There's a time to use those tests and there are times when you use different methodologies such as surveys, web analytics data and other things. You need both the qualitative and the quantitative data. I recommend going to conferences. The search conferences I like are Search Marketing Expo and if you're a total, total techy geek type of person there's TREC which is fantastic. It's been going on for many years. There's the Information Architecture Resource library and, to be honest, I have taken courses, even me, I will go and take courses over again to make sure I understand the basics and I have actually gotten training in Human Factors International; it's humanfactors.com and it's in all different countries and I've taken many courses from Dr Jakob Nielsen.

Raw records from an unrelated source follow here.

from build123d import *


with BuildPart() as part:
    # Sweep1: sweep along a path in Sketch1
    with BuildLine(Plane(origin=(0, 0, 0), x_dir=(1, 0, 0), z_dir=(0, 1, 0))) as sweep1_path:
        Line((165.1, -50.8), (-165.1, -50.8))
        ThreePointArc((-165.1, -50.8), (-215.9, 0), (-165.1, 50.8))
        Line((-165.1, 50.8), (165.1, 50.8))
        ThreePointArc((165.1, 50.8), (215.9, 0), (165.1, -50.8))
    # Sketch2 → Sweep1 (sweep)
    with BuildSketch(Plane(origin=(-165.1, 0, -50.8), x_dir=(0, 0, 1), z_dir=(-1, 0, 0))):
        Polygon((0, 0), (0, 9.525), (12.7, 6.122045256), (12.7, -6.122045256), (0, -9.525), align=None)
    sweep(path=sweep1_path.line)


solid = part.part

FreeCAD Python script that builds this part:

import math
import FreeCAD as App
import Part
import Sketcher
from FreeCAD import Vector
Q = App.Units.Quantity

doc = App.newDocument("Part")
params = doc.addObject("Spreadsheet::Sheet", "Params")
for row, (alias, value) in enumerate([
    ("sketch1_width", "0.75 in"),
    ("sketch2_radius", "2 in"),
    ("sketch2_width", "13 in"),
], start=1):
    params.set(f"A{row}", alias)
    params.set(f"B{row}", "=" + value)
    params.setAlias(f"B{row}", alias)

body = doc.addObject("PartDesign::Body", "Body")

# Sketch on YZ plane
sketch1 = body.newObject("Sketcher::SketchObject", "Sketch")
sketch1.AttachmentSupport = (doc.getObject("YZ_Plane"), [""])
sketch1.MapMode = "FlatFace"
sketch1.AttachmentOffset = App.Placement(Vector(0, 0, -6.5 * 25.4), App.Rotation())
sketch1.addGeometry([
    Part.LineSegment(Vector(10, -51, 0), Vector(-10, -51, 0)),
    Part.LineSegment(Vector(-10, -51, 0), Vector(-6, -38, 0)),
    Part.LineSegment(Vector(-6, -38, 0), Vector(6, -38, 0)),
    Part.LineSegment(Vector(6, -38, 0), Vector(10, -51, 0)),
], False)
sketch1.addConstraint([
    Sketcher.Constraint("Coincident", 0, 2, 1, 1),
    Sketcher.Constraint("Coincident", 1, 2, 2, 1),
    Sketcher.Constraint("Coincident", 2, 2, 3, 1),
    Sketcher.Constraint("Coincident", 3, 2, 0, 1),
    Sketcher.Constraint("Horizontal", 0),
    Sketcher.Constraint("Horizontal", 2),
    Sketcher.Constraint("Equal", 1, 3),
    Sketcher.Constraint("DistanceY", 0, 2, -1, 1, Q("2 in")),
    Sketcher.Constraint("Angle", 1, Q("75 deg")),
    Sketcher.Constraint("DistanceX", 0, 2, 0, 1, Q("0.75 in")),
    Sketcher.Constraint("DistanceY", 1, 2, -1, 1, Q("1.5 in")),
    Sketcher.Constraint("DistanceX", 0, 2, -1, 1, Q("0.375 in")),
])
sketch1.setExpression("Constraints[9]", "Params.sketch1_width")

# Sketch on XZ plane
sketch2 = body.newObject("Sketcher::SketchObject", "Sketch001")
sketch2.AttachmentSupport = (doc.getObject("XZ_Plane"), [""])
sketch2.MapMode = "FlatFace"
sketch2.addGeometry([
    Part.LineSegment(Vector(165, 51, 0), Vector(-165, 51, 0)),
    Part.ArcOfCircle(Part.Circle(Vector(-165, 0, 0), Vector(0, 0, 1), 51), math.radians(90), math.radians(270)),
    Part.LineSegment(Vector(-165, -51, 0), Vector(165, -51, 0)),
    Part.ArcOfCircle(Part.Circle(Vector(165, 0, 0), Vector(0, 0, 1), 51), math.radians(-90), math.radians(90)),
], False)
sketch2.addConstraint([
    Sketcher.Constraint("Tangent", 0, 2, 1, 1),
    Sketcher.Constraint("Tangent", 1, 2, 2, 1),
    Sketcher.Constraint("Tangent", 2, 2, 3, 1),
    Sketcher.Constraint("Tangent", 3, 2, 0, 1),
    Sketcher.Constraint("Horizontal", 0),
    Sketcher.Constraint("Horizontal", 2),
    Sketcher.Constraint("Symmetric", 1, 3, 3, 3, -1, 1),
    Sketcher.Constraint("Radius", 1, Q("2 in")),
    Sketcher.Constraint("DistanceX", 0, 2, 0, 1, Q("13 in")),
])
sketch2.setExpression("Constraints[7]", "Params.sketch2_radius")
sketch2.setExpression("Constraints[8]", "Params.sketch2_width")
doc.recompute()

additivepipe = body.newObject("PartDesign::AdditivePipe", "AdditivePipe")
additivepipe.Profile = sketch1
additivepipe.Spine = (sketch2, ["Edge1", "Edge2", "Edge3", "Edge4"])

doc.recompute()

So I highly encourage people to start there. I also encourage people to get a mentor if there is an area of UX you don't understand and want to learn more about; you know I tell people, join UXPA, join Information Architecture Institute, join SEMPO, there's different organisations and you can find a mentor. In fact my mentors, most of them are not from the US and I have been able to help them as much as they have been able to help me.
Gerry
Shari Thurow, thanks so much for joining me today on the User Experience podcast.
Shari
Thank you and I hope you all have a good day.
[You can view an extensive list of resources on Shari's website.]